Presently we came to Day's Lock, where Dick and his two sitters had
waited for us. He would have me go ashore, as if to show me
something which I had never seen before; and nothing loth I followed
him, Ellen by my side, to the well-remembered Dykes, and the long
church beyond them, which was still used for various purposes by the
good folk of Dorchester: where, by the way, the village guest-house
still had the sign of the Fleur-de-luce which it used to bear in the
days when hospitality had to be bought and sold.
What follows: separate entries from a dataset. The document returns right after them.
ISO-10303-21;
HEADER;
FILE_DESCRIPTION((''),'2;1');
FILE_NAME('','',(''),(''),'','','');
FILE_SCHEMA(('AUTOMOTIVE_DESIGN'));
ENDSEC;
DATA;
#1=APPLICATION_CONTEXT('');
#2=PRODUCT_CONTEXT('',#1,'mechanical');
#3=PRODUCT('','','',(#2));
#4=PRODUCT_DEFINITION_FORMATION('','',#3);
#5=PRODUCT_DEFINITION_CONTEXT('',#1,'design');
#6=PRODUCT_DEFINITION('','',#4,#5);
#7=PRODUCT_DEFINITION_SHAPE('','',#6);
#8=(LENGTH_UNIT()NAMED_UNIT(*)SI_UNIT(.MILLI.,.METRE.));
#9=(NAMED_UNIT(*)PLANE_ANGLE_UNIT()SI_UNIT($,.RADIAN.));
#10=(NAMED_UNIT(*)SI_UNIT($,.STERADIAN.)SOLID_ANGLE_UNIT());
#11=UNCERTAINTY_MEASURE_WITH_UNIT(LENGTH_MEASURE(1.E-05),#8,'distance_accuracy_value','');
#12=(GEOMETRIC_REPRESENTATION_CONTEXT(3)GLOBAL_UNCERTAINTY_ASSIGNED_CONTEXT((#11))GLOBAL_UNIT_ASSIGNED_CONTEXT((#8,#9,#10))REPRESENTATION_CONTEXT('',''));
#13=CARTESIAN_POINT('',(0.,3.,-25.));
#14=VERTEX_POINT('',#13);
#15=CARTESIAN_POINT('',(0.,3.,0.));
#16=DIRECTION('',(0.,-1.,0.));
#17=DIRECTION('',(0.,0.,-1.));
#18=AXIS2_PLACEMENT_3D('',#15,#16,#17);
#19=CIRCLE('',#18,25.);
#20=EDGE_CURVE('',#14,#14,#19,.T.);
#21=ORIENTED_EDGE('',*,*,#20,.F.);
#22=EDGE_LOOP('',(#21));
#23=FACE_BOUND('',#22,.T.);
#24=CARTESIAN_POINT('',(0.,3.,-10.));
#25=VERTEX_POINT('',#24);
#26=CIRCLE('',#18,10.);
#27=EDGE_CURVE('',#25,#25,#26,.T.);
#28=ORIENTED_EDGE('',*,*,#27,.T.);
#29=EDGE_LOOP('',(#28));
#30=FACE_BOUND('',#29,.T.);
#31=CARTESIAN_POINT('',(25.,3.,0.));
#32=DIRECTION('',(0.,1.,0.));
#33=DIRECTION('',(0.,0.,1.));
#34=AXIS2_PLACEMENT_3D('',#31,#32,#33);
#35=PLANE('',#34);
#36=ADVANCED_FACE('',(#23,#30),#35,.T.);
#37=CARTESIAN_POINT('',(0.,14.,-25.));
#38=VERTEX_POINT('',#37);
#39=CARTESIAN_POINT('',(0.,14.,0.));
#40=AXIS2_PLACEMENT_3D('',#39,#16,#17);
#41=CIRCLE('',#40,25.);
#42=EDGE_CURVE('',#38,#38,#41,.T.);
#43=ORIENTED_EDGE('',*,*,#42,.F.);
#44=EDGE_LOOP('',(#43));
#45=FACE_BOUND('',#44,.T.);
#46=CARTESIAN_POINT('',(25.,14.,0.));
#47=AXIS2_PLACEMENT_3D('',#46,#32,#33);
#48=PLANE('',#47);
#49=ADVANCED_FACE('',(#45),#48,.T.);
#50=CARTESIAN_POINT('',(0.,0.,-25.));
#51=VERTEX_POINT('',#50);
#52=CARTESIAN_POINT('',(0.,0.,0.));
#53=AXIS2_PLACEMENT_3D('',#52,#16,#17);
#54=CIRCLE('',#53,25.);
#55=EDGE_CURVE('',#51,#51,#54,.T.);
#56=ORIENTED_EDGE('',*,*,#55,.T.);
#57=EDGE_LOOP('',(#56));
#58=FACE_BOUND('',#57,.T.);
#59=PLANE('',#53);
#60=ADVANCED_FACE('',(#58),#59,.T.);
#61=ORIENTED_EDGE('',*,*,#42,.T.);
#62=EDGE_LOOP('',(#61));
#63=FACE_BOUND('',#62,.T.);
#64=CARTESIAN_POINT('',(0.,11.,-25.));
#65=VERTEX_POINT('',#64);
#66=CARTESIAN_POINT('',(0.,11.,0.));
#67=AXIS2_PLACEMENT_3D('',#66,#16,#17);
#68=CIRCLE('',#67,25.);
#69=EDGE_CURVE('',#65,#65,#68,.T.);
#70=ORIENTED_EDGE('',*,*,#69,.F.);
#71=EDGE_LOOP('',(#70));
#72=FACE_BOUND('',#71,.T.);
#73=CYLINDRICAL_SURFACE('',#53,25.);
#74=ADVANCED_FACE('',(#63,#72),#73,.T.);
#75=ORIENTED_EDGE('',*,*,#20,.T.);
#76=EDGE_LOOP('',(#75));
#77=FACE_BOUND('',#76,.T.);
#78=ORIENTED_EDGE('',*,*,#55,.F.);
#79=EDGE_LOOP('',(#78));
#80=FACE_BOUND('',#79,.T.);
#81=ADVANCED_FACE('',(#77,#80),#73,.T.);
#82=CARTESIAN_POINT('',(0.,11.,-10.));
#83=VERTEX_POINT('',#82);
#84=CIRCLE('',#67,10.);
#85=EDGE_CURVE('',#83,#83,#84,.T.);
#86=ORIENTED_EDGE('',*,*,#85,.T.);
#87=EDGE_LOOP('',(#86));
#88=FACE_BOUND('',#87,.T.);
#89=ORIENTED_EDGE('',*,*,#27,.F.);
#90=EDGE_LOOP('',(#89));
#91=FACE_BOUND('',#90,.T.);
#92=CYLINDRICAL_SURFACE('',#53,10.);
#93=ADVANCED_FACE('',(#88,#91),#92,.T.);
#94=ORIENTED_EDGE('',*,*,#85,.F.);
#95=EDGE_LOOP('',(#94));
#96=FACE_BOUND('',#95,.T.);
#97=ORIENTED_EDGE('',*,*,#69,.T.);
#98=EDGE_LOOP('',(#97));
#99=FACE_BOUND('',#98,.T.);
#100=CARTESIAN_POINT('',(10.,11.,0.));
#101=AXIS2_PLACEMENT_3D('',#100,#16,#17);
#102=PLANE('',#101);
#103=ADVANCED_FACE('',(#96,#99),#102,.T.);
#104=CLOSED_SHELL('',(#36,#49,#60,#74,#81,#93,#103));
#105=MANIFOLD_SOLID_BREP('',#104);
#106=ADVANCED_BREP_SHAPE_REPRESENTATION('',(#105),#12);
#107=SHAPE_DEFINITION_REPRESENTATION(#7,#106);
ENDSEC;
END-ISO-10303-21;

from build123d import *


with BuildPart() as part:
    # ｽｹｯﾁ1 → 回転1 (revolve)
    with BuildSketch(Plane.XY):
        Polygon((0, 0), (25, 0), (25, 3), (10, 3), (10, 11), (25, 11), (25, 14), (0, 14), align=None)
    revolve(axis=Axis((0, 0, 0), (0, 1, 0)))


solid = part.part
This time, however,
I made no sign of all this being familiar to me: though as we sat
for a while on the mound of the Dykes looking up at Sinodun and its
clear-cut trench, and its sister mamelon of Whittenham, I felt
somewhat uncomfortable under Ellen's serious attentive look, which
almost drew from me the cry, "How little anything is changed here!"

We stopped again at Abingdon, which, like Wallingford, was in a way
both old and new to me, since it had been lifted out of its
nineteenth-century degradation, and otherwise was as little altered
as might be.

Sunset was in the sky as we skirted Oxford by Oseney; we stopped a
minute or two hard by the ancient castle to put Henry Morsom ashore.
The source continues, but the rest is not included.